Thank you very much @eKretz those are enlightening images, and very low noise, as expected. To further illustrate the point, and provide comparison, I present a couple shots from my Seek Pro a few minutes after capturing a fresh NUC and no smoothing. No kid butts here but I do have plenty of tabletop clutter. The first image is with the grayscale palette autoranged and yielding an 8.9° F range. With the exception of the uncorrected bias-changed pixels (bright white) this looks to me about the same noise level displayed in the E40 image with 3.5 degree span. The second image is with the grayscale palette set for 80 shades per degree, yielding a 3.2°F span and you can see much more noise; even more noise than in the rainbow E40 shot. I'm not sure about the Pro, but the Seek XR aperture is F/1.4. The aperture opening is the same on the Pro but I have not bothered to calculate the focal length.

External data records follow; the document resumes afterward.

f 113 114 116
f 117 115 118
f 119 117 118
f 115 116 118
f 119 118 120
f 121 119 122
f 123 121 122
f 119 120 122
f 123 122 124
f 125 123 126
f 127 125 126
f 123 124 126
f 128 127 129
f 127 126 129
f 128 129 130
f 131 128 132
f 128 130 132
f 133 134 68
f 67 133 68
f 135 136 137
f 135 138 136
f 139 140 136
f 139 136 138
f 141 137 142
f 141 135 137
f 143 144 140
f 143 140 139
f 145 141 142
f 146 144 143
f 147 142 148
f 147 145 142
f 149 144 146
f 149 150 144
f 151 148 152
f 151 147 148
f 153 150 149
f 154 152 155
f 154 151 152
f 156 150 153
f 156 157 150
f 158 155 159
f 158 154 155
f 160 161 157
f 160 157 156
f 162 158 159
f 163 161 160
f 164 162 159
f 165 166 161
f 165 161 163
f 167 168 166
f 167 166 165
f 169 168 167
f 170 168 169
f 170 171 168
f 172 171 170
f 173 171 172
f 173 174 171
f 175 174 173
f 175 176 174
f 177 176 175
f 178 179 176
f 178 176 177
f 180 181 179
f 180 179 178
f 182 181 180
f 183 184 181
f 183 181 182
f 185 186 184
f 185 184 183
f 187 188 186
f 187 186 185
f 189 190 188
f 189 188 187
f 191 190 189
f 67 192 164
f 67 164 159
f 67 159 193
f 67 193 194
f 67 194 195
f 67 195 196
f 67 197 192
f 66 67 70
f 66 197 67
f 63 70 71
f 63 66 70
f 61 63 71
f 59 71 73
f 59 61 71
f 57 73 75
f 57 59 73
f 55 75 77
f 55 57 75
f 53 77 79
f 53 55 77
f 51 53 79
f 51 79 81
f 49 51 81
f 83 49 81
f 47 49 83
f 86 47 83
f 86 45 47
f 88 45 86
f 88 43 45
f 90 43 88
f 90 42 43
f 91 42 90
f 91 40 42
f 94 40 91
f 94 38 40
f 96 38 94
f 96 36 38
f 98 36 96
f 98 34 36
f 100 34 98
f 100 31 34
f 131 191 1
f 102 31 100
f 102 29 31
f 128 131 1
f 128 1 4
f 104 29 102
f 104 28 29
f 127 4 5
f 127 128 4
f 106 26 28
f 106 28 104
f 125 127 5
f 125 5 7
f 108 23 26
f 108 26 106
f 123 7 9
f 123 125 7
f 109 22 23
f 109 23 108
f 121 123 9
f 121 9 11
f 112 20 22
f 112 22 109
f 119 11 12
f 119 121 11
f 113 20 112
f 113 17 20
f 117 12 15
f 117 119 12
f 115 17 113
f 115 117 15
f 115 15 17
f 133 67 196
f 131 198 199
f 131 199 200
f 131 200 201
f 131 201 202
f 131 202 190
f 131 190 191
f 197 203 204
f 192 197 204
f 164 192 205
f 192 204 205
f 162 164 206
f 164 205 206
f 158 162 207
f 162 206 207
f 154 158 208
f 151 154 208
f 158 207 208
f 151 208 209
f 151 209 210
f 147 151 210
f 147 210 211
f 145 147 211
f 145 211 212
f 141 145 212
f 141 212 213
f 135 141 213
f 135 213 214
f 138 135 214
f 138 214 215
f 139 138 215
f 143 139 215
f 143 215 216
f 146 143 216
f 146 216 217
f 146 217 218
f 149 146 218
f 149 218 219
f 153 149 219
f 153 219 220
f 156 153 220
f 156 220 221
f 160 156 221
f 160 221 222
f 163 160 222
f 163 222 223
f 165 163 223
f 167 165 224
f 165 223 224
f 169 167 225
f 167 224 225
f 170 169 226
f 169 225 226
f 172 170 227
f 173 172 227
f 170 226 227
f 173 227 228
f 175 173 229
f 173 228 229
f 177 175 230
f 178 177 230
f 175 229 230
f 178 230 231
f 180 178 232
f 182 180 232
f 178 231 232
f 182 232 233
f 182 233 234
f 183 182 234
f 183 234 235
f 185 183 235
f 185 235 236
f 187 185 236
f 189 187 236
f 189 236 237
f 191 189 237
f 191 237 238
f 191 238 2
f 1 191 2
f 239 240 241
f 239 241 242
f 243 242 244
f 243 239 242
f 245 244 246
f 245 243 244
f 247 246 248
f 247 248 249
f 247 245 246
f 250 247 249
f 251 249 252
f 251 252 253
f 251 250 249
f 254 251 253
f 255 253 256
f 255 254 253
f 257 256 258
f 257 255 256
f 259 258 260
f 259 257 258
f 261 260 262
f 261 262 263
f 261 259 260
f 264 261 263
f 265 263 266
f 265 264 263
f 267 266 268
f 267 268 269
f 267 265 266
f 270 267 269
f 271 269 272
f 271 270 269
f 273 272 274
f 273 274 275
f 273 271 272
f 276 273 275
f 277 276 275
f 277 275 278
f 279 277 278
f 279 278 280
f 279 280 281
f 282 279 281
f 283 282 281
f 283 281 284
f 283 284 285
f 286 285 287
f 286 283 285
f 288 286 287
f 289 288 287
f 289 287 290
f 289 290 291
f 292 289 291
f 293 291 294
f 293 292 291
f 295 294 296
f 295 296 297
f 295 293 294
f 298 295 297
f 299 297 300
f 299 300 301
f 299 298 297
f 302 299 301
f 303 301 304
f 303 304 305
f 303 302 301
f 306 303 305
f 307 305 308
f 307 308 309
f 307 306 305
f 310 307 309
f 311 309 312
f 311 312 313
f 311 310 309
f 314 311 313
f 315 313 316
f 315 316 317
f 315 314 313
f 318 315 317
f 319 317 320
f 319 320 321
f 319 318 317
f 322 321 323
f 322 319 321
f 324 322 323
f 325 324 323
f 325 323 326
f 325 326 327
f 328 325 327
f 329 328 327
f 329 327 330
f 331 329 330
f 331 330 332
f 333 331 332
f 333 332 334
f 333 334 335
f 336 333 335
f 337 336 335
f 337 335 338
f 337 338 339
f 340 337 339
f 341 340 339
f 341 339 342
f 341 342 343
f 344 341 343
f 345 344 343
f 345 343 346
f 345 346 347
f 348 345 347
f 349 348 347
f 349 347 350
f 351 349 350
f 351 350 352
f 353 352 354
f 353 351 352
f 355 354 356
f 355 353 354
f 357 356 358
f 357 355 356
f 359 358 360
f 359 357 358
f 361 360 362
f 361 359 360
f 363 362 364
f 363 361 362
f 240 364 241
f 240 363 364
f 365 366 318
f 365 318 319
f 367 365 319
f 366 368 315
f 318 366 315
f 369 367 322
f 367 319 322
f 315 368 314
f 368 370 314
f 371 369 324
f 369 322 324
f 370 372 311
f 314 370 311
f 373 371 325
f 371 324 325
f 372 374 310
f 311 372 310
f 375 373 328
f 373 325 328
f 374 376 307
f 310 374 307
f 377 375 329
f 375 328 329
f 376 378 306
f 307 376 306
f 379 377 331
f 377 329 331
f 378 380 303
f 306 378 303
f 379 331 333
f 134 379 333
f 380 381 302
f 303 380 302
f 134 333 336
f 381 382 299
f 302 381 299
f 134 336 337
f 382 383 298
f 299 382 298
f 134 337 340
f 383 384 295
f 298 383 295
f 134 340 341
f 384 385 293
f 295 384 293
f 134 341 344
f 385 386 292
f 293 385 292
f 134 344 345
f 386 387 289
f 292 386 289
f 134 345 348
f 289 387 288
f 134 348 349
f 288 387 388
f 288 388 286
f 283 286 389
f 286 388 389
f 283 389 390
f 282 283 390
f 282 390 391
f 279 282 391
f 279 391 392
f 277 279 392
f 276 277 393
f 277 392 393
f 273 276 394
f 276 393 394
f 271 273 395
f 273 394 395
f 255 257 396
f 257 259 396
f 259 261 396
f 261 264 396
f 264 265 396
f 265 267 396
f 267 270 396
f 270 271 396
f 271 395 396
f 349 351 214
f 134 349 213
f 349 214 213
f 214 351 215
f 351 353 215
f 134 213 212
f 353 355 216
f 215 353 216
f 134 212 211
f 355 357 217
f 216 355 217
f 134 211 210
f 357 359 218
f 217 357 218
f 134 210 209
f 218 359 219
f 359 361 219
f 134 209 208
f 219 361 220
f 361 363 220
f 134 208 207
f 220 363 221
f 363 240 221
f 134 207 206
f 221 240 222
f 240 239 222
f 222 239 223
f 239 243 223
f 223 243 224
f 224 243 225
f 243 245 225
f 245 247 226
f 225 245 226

I like using grayscale for comparison because I long ago determined that my eyes can only distinguish (at best) 32 shades of gray. So, for instance, if the palette is spread evenly over a 3.2 degree range I can expect to see differences of 0.1 degree. I see just a tiny bit of graininess in that E40 shot with the 3.5°F span so I would call it about 60mK (and according to FLIR's site it was spec'd at < .07C sensitivity, so, about right!). Blowing up & comparing with my Seek shot with 8.9° F range the noise is a bit more pronounced so I would call it over 150mK (but it also is spec'd at "< .07C" sensitivity, so noise exceeds sensitivity).

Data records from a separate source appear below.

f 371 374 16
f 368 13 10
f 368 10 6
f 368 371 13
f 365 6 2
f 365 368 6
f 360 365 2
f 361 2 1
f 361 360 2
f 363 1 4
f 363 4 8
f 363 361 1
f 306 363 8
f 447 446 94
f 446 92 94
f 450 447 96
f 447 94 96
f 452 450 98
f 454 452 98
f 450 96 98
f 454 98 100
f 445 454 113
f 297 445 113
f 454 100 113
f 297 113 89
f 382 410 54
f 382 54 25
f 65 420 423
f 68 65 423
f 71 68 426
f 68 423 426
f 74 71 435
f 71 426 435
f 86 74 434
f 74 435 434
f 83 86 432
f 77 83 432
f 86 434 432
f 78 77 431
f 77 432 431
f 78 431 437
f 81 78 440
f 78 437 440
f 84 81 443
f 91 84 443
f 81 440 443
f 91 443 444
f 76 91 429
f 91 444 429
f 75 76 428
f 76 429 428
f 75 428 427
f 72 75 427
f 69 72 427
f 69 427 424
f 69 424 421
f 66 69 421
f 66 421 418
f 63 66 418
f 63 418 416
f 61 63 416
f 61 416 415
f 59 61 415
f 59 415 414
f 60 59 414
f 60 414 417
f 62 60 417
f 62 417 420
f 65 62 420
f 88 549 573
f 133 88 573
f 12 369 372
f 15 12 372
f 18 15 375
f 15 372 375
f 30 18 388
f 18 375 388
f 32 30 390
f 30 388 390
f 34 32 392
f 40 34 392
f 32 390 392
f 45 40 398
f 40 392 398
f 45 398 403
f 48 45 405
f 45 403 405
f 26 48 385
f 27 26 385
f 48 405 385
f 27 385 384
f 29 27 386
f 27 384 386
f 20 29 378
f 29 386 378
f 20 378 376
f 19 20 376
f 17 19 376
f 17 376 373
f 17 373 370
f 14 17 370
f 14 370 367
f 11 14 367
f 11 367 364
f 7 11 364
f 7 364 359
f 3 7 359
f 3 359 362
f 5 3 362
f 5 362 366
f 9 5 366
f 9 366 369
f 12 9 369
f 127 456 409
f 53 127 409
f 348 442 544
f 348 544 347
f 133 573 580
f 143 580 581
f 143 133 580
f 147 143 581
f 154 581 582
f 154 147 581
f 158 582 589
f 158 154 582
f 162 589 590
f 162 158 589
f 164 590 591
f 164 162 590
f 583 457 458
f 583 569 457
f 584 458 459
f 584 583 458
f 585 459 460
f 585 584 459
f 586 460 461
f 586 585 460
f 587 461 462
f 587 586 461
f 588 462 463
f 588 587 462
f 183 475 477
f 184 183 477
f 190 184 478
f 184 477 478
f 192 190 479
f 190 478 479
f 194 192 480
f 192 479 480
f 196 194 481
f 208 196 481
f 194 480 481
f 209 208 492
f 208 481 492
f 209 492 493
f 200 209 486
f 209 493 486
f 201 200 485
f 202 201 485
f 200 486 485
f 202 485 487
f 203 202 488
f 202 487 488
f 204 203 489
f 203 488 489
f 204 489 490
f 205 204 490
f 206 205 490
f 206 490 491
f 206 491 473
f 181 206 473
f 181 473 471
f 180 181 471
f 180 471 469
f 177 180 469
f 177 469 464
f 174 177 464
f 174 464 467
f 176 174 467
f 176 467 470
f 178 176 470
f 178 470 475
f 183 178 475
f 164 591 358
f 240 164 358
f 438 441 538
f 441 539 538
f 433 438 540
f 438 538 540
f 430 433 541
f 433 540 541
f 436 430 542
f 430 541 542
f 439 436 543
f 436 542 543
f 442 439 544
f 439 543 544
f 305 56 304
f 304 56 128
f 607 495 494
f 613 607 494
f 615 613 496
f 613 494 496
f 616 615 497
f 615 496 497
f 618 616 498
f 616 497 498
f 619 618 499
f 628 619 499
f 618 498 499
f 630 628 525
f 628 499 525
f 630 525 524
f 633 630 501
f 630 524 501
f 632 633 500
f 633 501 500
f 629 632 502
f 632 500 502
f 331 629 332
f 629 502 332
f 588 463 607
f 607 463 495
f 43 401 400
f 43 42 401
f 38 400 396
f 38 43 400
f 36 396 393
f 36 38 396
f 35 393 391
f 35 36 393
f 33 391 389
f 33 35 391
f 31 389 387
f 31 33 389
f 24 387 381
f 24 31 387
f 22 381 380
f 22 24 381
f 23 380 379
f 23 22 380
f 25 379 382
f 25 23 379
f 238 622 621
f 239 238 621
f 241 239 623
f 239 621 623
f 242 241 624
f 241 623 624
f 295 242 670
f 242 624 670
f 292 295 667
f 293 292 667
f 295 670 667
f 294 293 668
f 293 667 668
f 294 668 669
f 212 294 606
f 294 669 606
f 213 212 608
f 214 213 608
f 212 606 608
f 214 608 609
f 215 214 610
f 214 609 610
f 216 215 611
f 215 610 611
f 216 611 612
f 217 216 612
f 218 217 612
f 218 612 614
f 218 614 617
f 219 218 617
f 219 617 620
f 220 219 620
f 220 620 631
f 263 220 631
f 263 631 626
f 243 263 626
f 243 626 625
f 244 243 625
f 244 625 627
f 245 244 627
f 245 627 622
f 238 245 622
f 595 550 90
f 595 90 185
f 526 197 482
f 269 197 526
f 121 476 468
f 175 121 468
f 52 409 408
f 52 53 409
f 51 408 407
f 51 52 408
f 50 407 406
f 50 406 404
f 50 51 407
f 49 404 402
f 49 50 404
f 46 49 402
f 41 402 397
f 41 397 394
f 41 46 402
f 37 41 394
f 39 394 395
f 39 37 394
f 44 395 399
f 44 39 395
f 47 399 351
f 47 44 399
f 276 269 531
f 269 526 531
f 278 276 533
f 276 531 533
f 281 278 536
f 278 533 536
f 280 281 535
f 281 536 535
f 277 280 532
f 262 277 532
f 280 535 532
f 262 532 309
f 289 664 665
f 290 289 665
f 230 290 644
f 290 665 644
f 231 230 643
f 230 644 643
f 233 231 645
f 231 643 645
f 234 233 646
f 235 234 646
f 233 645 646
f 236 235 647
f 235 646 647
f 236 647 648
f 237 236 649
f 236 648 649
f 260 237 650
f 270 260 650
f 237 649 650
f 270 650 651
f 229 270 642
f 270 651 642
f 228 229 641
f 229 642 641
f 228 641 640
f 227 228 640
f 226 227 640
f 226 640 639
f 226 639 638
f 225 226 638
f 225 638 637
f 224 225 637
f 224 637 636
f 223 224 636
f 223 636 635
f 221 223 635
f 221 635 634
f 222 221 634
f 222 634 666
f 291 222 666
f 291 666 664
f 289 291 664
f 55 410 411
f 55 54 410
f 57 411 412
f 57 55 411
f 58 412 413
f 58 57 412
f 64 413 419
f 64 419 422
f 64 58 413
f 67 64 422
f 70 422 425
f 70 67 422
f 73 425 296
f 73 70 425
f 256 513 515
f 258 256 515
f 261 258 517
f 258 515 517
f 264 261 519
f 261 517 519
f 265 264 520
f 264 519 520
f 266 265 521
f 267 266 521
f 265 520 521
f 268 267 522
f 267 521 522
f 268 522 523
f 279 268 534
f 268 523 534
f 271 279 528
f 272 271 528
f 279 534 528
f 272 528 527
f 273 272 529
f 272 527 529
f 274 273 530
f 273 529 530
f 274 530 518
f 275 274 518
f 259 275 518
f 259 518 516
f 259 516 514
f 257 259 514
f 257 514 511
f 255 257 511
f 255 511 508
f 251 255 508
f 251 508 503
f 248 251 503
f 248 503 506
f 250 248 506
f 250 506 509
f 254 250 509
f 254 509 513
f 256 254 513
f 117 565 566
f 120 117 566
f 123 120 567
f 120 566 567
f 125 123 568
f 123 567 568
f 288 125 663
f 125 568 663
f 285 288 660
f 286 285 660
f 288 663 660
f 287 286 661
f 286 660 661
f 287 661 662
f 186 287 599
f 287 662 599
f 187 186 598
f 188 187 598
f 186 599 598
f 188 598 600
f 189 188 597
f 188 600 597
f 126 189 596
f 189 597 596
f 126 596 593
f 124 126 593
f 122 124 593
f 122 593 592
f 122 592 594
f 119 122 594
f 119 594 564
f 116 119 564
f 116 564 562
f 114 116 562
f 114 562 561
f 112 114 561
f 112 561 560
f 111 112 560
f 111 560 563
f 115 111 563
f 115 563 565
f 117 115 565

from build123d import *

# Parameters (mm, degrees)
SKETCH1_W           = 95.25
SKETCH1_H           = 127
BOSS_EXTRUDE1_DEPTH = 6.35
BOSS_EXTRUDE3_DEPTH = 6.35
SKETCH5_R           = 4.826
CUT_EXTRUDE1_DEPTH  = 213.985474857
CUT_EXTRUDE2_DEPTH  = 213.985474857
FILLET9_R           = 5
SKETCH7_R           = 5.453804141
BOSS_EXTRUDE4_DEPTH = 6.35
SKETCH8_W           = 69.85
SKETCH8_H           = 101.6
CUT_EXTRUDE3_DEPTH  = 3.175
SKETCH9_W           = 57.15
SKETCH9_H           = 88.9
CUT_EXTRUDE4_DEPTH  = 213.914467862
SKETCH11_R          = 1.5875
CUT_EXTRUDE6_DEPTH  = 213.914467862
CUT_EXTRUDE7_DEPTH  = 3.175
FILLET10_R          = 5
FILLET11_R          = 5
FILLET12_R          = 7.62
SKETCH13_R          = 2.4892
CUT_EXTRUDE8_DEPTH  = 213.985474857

The whole point of this is that you can't properly compare the noise of one camera with another unless you know enough about the palette & how it is applied to the temperatures. I took the "rain" and "iron" palettes from @frenky's program and started deleting colors until I could see a difference between adjacent colors. I reduced the rain palette to 50 colors and the iron palette to 30 colors. Frenky's rain is similar to the FLIR rainbow palette, so that could explain why @eKretz said the rainbow shows noise worse--because it has more human-recognizable colors than the iron OR grayscale palettes.
So how does this apply to the OP's issue? If you look at those sample images in "Reply #2", the images from the 04 have a span of around 12 degrees and the ones from the 18 have spans of around 7 & 8 degrees; not quite a 2:1 difference. A bit hard to say for sure, but I think they are pretty close to the same noise level.